Researchers attention on nutraceuticals supplementation on various metabolic syndrome treatment, metabolic bone disorders, and various other communicable and noncommunicable diseases are an emerging field of interest as nutraceutical like Vitamin E is cost effective and easy to consume and have various beneficial properties as antioxidant, anti-inflammatory, neuroprotectective, etc., as proved by different animal and human studies. In 1922, Vitamin E was identified as essential component that’s why it is known as antisterility vitamin. It is a lipid soluble vitamin mostly available in its two forms known as tocopherol (TF) and tocotrienol (T3). It is also another aspect that more focus on tocotrienol in comparison to tocopherol due to its anticancer and cholesterol lowering property since decades. Studies have also proven that T3 is a very strong class of antioxidant than TF. In metabolic syndromes, major role is played by oxidative stress and inflammation.
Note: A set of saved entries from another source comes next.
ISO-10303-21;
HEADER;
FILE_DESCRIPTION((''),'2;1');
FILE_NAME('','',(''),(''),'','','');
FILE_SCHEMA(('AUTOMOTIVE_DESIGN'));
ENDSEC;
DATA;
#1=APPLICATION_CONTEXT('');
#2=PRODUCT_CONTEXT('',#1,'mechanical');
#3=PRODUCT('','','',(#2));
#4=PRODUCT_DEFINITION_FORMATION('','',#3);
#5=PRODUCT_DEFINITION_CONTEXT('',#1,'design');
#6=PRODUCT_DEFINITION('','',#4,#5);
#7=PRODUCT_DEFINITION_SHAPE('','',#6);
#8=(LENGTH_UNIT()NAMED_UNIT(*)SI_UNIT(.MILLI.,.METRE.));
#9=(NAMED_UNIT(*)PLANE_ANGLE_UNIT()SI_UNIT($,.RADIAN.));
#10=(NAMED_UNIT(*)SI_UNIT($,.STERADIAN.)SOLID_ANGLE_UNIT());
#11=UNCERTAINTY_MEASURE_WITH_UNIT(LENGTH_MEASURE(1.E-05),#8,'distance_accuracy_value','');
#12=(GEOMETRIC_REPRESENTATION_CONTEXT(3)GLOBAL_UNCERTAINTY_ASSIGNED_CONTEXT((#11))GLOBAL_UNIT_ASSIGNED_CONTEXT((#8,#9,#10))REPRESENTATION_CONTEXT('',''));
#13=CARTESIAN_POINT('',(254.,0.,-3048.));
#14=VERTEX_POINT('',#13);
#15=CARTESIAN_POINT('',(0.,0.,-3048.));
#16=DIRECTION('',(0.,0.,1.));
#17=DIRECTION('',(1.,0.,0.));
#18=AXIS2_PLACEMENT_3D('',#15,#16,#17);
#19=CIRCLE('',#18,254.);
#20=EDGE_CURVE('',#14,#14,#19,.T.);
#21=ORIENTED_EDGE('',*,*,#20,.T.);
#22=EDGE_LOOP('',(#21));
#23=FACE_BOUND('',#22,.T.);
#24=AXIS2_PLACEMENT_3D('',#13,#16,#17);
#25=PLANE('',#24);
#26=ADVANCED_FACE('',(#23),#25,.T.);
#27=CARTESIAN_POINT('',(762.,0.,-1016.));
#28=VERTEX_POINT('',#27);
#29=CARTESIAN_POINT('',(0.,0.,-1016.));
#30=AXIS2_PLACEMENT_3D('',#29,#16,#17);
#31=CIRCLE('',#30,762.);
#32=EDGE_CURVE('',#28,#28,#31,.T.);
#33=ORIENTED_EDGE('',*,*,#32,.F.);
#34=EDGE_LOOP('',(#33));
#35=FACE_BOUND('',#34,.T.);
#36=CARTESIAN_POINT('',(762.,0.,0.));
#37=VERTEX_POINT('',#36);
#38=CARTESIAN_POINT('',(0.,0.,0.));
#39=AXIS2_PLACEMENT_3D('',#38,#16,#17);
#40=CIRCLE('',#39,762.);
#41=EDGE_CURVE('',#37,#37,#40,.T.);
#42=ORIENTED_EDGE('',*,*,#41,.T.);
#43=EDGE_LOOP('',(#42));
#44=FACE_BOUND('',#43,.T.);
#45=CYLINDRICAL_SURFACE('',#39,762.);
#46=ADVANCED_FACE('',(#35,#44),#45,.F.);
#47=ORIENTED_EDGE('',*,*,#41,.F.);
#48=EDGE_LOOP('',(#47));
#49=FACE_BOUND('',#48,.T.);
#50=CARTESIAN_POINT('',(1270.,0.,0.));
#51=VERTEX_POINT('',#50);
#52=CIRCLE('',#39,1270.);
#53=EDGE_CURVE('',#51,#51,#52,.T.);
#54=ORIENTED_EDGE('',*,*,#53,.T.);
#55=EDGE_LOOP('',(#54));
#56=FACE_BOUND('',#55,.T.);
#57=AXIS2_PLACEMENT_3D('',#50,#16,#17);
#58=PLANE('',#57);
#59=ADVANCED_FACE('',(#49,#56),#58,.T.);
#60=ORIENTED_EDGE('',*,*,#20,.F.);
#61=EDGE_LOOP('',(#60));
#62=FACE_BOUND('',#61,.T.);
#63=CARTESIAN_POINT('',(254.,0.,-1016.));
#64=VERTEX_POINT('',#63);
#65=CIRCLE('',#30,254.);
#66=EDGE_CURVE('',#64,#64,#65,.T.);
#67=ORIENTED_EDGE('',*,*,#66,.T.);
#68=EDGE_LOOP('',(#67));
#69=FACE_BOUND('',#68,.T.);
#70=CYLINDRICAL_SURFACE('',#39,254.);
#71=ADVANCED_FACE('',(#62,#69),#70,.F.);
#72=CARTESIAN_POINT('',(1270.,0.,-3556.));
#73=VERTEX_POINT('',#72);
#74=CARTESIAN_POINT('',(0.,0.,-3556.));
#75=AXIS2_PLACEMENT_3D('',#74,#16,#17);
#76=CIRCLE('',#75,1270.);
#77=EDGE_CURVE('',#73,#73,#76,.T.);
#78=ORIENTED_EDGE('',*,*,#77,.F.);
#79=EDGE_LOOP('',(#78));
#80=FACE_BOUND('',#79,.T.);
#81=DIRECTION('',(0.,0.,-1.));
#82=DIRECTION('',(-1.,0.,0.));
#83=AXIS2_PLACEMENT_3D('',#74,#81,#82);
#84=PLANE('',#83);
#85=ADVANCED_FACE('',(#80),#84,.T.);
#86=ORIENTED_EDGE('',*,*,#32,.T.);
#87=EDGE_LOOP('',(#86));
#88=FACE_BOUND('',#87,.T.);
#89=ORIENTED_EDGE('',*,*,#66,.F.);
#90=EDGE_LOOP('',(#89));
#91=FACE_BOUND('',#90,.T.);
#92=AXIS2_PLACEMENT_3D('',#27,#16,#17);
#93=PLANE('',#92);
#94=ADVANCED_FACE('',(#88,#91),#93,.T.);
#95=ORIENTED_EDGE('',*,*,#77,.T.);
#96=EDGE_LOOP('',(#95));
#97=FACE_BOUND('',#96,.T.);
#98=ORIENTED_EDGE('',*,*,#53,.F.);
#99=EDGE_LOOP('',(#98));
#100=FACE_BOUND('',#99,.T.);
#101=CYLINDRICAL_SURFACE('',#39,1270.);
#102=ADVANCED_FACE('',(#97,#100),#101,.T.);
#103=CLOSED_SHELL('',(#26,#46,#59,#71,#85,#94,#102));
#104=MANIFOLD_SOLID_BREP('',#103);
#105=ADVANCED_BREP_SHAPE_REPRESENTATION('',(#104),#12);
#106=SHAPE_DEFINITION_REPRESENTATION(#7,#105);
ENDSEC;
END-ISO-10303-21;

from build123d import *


with BuildPart() as part:
    # Sketch1 → Revolve1 (revolve)
    with BuildSketch(Plane(origin=(0, 0, 0), x_dir=(1, 0, 0), z_dir=(0, 1, 0))):
        Polygon((0, 3556), (1270, 3556), (1270, 0), (762, 0), (762, 1016), (254, 1016), (254, 3048), (0, 3048), align=None)
    revolve(axis=Axis((0, 0, 0), (0, 0, -1)))


solid = part.part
In case of obesity and dyslipidemia, there is abnormal growth of adipose tissue that contributes in the overproduction of inflammatory mediators such as TNF-a, IL-6, and IL-1 beta and activates the NF-kB. Due to increased production of AGEs in hyperglycemia leads to the production of pro-inflammatory cytokines in monocytes and macrophages. In hyperglycemia, high glucose levels also promote stimulation of increased production of reactive oxygen species and superoxide anion (O-2O₂-) through activation of glycolysis. Similarly, there is an inverse relationship between blood pressure and activity of antioxidant enzymes SOD and glutathione peroxidase that promotes in the production of oxidative stress, thus from above mentioned details, it is confirmed that inflammation and oxidative stress are closely related to metabolic syndromes; therefore, Vitamin E is the best nutraceutical that has potential in regulating metabolic syndromes because it possess both anti-inflammatory and anti-oxidative properties. However, more human clinical trials need to be conducted to confirm these findings. In addition, many animal studies and human clinical trials also confirm the dissimilarity in the biological properties between TF and T3.